The application purged data by asking for a period to retain and one to purge, then looping – deleting more recent data in the first iteration followed by incrementally older data in the next iterations.  Here is a simplified example of what I believe it was doing from the description given to me:

delete where data_date between :retention_date-1 and :retention_date;
commit;
delete where data_date between :retention_date-2 and :retention_date;
commit;
delete where data_date between :retention_date-3 and :retention_date;
commit;
....

This was probably designed to reduce undo space requirements.

The data_date key was indexed, which avoided tablescans.  Oracle would handle the first deletion by entering the index at retention_date – N and then (range) scanning the index until it found the retention date, deleting as it went.

The problem is obvious to those who understand how Oracle indexes work.  The deleted index entries result in more and more empty leaf blocks between the data yet to be purged and the retention date.  These empty leaf blocks are not taken out of the index structure until they are reused elsewhere (by an insert or update).  The index range scan had to access more and more of these empty leaf blocks as the purging process continued, requiring more processing time for each subsequent delete.

The solution I suggested was to punctuate the purge cycles with manual index coalesce commands to remove the empty leaf blocks.  The first coalesce of the relevant index took several minutes, but took less time after that. This is the feedback we received when the index coalesce was added to the purging process:

“Wow……..what previously took 1 hour now takes about 25s.  Yes, I can now purge a day off the table in about 25s.   This is great.  A whole week in 1 minute. and a month in 10 minutes.”

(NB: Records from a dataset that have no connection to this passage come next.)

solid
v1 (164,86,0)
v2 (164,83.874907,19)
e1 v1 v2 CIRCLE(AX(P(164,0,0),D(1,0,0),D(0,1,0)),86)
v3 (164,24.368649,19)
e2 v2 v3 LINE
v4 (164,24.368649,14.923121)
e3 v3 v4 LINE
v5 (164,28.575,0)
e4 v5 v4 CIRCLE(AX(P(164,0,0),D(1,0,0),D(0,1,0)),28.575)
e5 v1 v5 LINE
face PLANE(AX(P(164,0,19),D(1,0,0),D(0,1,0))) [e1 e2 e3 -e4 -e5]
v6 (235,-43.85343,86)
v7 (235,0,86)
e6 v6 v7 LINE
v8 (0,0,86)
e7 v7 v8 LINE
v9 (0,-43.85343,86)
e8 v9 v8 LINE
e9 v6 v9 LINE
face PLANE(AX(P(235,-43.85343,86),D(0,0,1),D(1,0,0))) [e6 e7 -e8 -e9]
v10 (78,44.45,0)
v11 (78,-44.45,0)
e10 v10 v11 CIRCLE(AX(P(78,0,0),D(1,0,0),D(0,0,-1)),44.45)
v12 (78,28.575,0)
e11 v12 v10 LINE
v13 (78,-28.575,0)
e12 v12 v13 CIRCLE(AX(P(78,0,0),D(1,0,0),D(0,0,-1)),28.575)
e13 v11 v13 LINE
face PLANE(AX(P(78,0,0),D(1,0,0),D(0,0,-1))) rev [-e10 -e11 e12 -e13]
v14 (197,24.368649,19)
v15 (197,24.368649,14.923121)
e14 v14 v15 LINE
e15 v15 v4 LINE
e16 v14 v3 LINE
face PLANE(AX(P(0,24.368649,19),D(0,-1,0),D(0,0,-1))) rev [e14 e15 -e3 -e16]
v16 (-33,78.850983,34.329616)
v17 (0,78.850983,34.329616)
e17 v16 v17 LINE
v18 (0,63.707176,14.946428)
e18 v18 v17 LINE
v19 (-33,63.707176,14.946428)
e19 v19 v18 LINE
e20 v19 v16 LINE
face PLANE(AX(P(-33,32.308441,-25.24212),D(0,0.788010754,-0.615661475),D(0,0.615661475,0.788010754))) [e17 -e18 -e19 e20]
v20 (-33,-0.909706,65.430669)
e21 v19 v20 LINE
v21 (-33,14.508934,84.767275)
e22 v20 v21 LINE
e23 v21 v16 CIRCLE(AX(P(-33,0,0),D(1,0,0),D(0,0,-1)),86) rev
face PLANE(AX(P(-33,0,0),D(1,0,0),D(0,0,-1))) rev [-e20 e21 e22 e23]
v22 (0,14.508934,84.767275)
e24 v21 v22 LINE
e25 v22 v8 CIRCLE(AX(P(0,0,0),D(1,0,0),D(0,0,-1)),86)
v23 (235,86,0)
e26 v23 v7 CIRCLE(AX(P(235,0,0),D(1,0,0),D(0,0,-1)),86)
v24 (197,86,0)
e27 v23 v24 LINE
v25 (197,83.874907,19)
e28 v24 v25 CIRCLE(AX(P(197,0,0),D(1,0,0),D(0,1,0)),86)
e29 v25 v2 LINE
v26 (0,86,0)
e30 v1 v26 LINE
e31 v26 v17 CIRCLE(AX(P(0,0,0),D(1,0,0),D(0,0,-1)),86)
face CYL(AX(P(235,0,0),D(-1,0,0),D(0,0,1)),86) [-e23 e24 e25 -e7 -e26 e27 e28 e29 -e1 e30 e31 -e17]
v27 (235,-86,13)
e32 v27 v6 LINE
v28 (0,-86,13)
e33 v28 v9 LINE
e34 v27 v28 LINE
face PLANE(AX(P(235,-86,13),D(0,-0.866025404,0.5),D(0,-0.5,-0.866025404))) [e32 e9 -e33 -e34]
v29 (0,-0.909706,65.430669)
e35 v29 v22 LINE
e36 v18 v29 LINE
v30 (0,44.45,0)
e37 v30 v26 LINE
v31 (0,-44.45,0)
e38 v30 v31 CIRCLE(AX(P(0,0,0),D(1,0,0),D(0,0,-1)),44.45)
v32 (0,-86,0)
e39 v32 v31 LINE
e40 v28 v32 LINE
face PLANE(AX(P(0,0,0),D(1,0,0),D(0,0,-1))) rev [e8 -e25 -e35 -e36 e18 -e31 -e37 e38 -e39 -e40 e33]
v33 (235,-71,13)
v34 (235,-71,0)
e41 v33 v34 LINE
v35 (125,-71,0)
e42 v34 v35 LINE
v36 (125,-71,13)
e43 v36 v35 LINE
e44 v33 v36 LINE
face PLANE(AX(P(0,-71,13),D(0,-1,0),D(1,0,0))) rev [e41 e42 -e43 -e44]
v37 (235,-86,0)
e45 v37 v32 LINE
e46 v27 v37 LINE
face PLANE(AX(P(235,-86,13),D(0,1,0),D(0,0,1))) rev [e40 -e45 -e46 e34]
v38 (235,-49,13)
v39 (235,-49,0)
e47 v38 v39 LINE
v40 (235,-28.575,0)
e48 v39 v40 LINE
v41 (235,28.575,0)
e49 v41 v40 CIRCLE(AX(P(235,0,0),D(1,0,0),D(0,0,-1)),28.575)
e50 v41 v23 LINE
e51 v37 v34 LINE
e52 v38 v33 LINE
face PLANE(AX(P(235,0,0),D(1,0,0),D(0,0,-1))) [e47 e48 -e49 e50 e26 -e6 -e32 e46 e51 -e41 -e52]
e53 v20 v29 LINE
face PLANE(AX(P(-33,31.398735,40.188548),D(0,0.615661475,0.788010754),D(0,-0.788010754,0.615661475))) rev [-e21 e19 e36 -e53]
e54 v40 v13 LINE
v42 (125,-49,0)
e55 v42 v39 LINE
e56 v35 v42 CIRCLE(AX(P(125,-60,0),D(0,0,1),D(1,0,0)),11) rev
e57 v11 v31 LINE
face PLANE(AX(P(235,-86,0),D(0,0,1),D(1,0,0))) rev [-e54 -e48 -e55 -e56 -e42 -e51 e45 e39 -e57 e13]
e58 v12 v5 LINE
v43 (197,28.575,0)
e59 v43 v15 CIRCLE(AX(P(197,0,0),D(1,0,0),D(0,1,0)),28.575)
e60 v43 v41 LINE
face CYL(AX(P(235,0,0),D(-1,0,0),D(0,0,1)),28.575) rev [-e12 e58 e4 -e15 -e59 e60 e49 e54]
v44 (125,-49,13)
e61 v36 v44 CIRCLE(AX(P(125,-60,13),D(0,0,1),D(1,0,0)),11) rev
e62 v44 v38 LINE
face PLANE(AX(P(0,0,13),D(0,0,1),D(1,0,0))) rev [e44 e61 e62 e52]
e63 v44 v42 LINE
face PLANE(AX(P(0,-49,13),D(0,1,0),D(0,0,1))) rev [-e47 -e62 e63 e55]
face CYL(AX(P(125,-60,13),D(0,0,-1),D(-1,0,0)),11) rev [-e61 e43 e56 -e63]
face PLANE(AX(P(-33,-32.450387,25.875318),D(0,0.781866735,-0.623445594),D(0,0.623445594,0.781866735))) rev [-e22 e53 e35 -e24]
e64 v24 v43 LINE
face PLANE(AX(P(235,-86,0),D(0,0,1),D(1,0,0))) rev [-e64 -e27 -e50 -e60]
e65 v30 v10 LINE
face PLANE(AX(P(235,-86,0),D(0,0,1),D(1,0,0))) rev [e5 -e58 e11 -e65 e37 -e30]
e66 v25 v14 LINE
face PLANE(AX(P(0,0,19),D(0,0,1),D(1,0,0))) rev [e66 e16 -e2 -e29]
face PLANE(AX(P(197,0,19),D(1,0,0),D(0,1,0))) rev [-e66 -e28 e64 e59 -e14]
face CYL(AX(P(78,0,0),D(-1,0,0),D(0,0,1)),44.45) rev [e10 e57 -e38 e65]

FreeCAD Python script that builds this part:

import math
import FreeCAD as App
import Part
import Sketcher
Q = App.Units.Quantity


def add_polygon(sketch, points):
    """Adds a closed chain of lines whose ends are joined by coincident constraints."""
    first, n = sketch.GeometryCount, len(points)
    for a, b in zip(points, points[1:] + points[:1]):
        sketch.addGeometry(Part.LineSegment(App.Vector(*a, 0), App.Vector(*b, 0)), False)
    for i in range(n):
        sketch.addConstraint(Sketcher.Constraint("Coincident", first + i, 2, first + (i + 1) % n, 1))

doc = App.newDocument("Part")
body = doc.addObject("PartDesign::Body", "Body")

sketch1 = body.newObject("Sketcher::SketchObject", "Sketch")
sketch1.AttachmentSupport = (doc.getObject("YZ_Plane"), [""])
sketch1.MapMode = "FlatFace"
sketch1.addGeometry([
    Part.ArcOfCircle(Part.Circle(App.Vector(0, 0, 0), App.Vector(0, 0, 1), 86), math.radians(0), math.radians(90)),
    Part.LineSegment(App.Vector(0, 86, 0), App.Vector(-43.85343, 86, 0)),
    Part.LineSegment(App.Vector(-43.85343, 86, 0), App.Vector(-86, 13, 0)),
    Part.LineSegment(App.Vector(-86, 13, 0), App.Vector(-86, 0, 0)),
    Part.LineSegment(App.Vector(-86, 0, 0), App.Vector(86, 0, 0)),
], False)
sketch1.addConstraint([
    Sketcher.Constraint("Tangent", 0, 2, 1, 1),
    Sketcher.Constraint("Coincident", 1, 2, 2, 1),
    Sketcher.Constraint("Coincident", 2, 2, 3, 1),
    Sketcher.Constraint("Coincident", 3, 2, 4, 1),
    Sketcher.Constraint("Coincident", 4, 2, 0, 1),
    Sketcher.Constraint("Horizontal", 1),
    Sketcher.Constraint("Vertical", 3),
    Sketcher.Constraint("Horizontal", 4),
    Sketcher.Constraint("Coincident", 0, 3, -1, 1),
    Sketcher.Constraint("Symmetric", 3, 2, 4, 2, -1, 1),
    Sketcher.Constraint("Radius", 0, Q("86 mm")),
    Sketcher.Constraint("DistanceY", 3, 2, 3, 1, Q("13 mm")),
    Sketcher.Constraint("Angle", 2, Q("-120 deg")),
])
pad1 = body.newObject("PartDesign::Pad", "Pad")
pad1.Profile = sketch1
pad1.Length = 235

sketch2 = body.newObject("Sketcher::SketchObject", "Sketch001")
sketch2.AttachmentSupport = (doc.getObject("YZ_Plane"), [""])
sketch2.MapMode = "FlatFace"
sketch2.addGeometry(Part.Circle(App.Vector(0, 0, 0), App.Vector(0, 0, 1), 28.575), False)
sketch2.addConstraint([
    Sketcher.Constraint("Coincident", 0, 3, -1, 1),
    Sketcher.Constraint("Diameter", 0, Q("57.15 mm")),
])
pocket1 = body.newObject("PartDesign::Pocket", "Pocket")
pocket1.Profile = sketch2
pocket1.Length = 235
pocket1.Reversed = True

sketch3 = body.newObject("Sketcher::SketchObject", "Sketch002")
sketch3.AttachmentSupport = (doc.getObject("YZ_Plane"), [""])
sketch3.MapMode = "FlatFace"
sketch3.addGeometry(Part.Circle(App.Vector(0, 0, 0), App.Vector(0, 0, 1), 44.45), False)
sketch3.addConstraint([
    Sketcher.Constraint("Coincident", 0, 3, -1, 1),
    Sketcher.Constraint("Diameter", 0, Q("88.9 mm")),
])
pocket2 = body.newObject("PartDesign::Pocket", "Pocket001")
pocket2.Profile = sketch3
pocket2.Length = 78
pocket2.Reversed = True

sketch4 = body.newObject("Sketcher::SketchObject", "Sketch003")
sketch4.AttachmentSupport = (doc.getObject("XY_Plane"), [""])
sketch4.MapMode = "FlatFace"
add_polygon(sketch4, [(164, 86), (164, 24.368649), (197, 24.368649), (197, 86)])
sketch4.addConstraint([
    Sketcher.Constraint("Vertical", 0),
    Sketcher.Constraint("Horizontal", 1),
    Sketcher.Constraint("Vertical", 2),
    Sketcher.Constraint("Horizontal", 3),
    Sketcher.Constraint("DistanceX", 1, 1, 1, 2, Q("33 mm")),
    Sketcher.Constraint("DistanceX", -1, 1, 0, 2, Q("164 mm")),
    Sketcher.Constraint("DistanceY", -1, 1, 2, 2, Q("86 mm")),
    Sketcher.Constraint("DistanceY", 0, 2, 0, 1, Q("61.631351 mm")),
])
pocket3 = body.newObject("PartDesign::Pocket", "Pocket002")
pocket3.Profile = sketch4
pocket3.Length = 19
pocket3.Reversed = True

sketch5 = body.newObject("Sketcher::SketchObject", "Sketch004")
sketch5.AttachmentSupport = (doc.getObject("XY_Plane"), [""])
sketch5.MapMode = "FlatFace"
sketch5.addGeometry([
    Part.ArcOfCircle(Part.Circle(App.Vector(125, -60, 0), App.Vector(0, 0, 1), 11), math.radians(90), math.radians(270)),
    Part.LineSegment(App.Vector(125, -71, 0), App.Vector(235, -71, 0)),
    Part.LineSegment(App.Vector(235, -71, 0), App.Vector(235, -49, 0)),
    Part.LineSegment(App.Vector(235, -49, 0), App.Vector(125, -49, 0)),
], False)
sketch5.addConstraint([
    Sketcher.Constraint("Tangent", 0, 2, 1, 1),
    Sketcher.Constraint("Coincident", 1, 2, 2, 1),
    Sketcher.Constraint("Coincident", 2, 2, 3, 1),
    Sketcher.Constraint("Tangent", 3, 2, 0, 1),
    Sketcher.Constraint("Horizontal", 1),
    Sketcher.Constraint("Vertical", 2),
    Sketcher.Constraint("Horizontal", 3),
    Sketcher.Constraint("Radius", 0, Q("11 mm")),
    Sketcher.Constraint("DistanceX", 1, 1, 1, 2, Q("110 mm")),
    Sketcher.Constraint("DistanceX", -1, 1, 0, 3, Q("125 mm")),
    Sketcher.Constraint("DistanceY", 0, 3, -1, 1, Q("60 mm")),
])
pocket4 = body.newObject("PartDesign::Pocket", "Pocket003")
pocket4.Profile = sketch5
pocket4.Length = 13
pocket4.Reversed = True

sketch6 = body.newObject("Sketcher::SketchObject", "Sketch005")
sketch6.AttachmentSupport = (doc.getObject("YZ_Plane"), [""])
sketch6.MapMode = "FlatFace"
sketch6.AttachmentOffset = App.Placement(App.Vector(0, 0, -33), App.Rotation())
sketch6.addGeometry([
    Part.LineSegment(App.Vector(-0.909706, 65.430669, 0), App.Vector(31.398735, 40.188548, 0)),
    Part.LineSegment(App.Vector(31.398735, 40.188548, 0), App.Vector(63.707176, 14.946428, 0)),
    Part.LineSegment(App.Vector(63.707176, 14.946428, 0), App.Vector(78.850983, 34.329616, 0)),
    Part.ArcOfCircle(Part.Circle(App.Vector(0, 0, 0), App.Vector(0, 0, 1), 86), math.radians(23.527025), math.radians(80.287261)),
    Part.LineSegment(App.Vector(14.508934, 84.767275, 0), App.Vector(-0.909706, 65.430669, 0)),
], False)
sketch6.addConstraint([
    Sketcher.Constraint("Coincident", 0, 2, 1, 1),
    Sketcher.Constraint("Coincident", 1, 2, 2, 1),
    Sketcher.Constraint("Coincident", 2, 2, 3, 1),
    Sketcher.Constraint("Coincident", 3, 2, 4, 1),
    Sketcher.Constraint("Coincident", 4, 2, 0, 1),
    Sketcher.Constraint("Coincident", 3, 3, -1, 1),
    Sketcher.Constraint("Parallel", 0, 1),
    Sketcher.Constraint("Perpendicular", 1, 2),
    Sketcher.Constraint("Equal", 0, 1),
    Sketcher.Constraint("Radius", 3, Q("86 mm")),
    Sketcher.Constraint("Angle", 0, Q("-38 deg")),
    Sketcher.Constraint("Distance", 0, Q("41 mm")),
    Sketcher.Constraint("DistanceX", 3, 2, 0, 2, Q("16.889801 mm")),
    Sketcher.Constraint("Distance", 2, Q("24.597619 mm")),
    Sketcher.Constraint("Distance", 4, Q("24.731332 mm")),
])
pad2 = body.newObject("PartDesign::Pad", "Pad001")
pad2.Profile = sketch6
pad2.Length = 33

doc.recompute()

In this case, it wasn’t even necessary to access the database to find the solution.  When one does have access to the database, evidence that the index should be rebuilt / shrunk / coalesced can come from:

  • a high logical read count for a SQL statement, and
  • a high logical read count for an index segment, and
  • a low density shown by the results of analyze index .. validate structure, or
  • a low density shown by the results of the segment advisor (10g), or
  • a low estimated density from the key length x number of keys versus actual index size, or
  • a tree dump of the index showing many empty (or mostly empty) leaf blocks in the structure

Big Wins are the Easiest

Isn’t that always the way with Oracle tuning?  The really dramatic improvements are often the easiest to find and implement.  Tuning tasks that are highly restrictive, complex and only offer a small scope for performance gains may be the most challenging but the least appreciated.  Finding the “low hanging fruit” (beneficial, cheap and low risk) is justifiably what customers want first.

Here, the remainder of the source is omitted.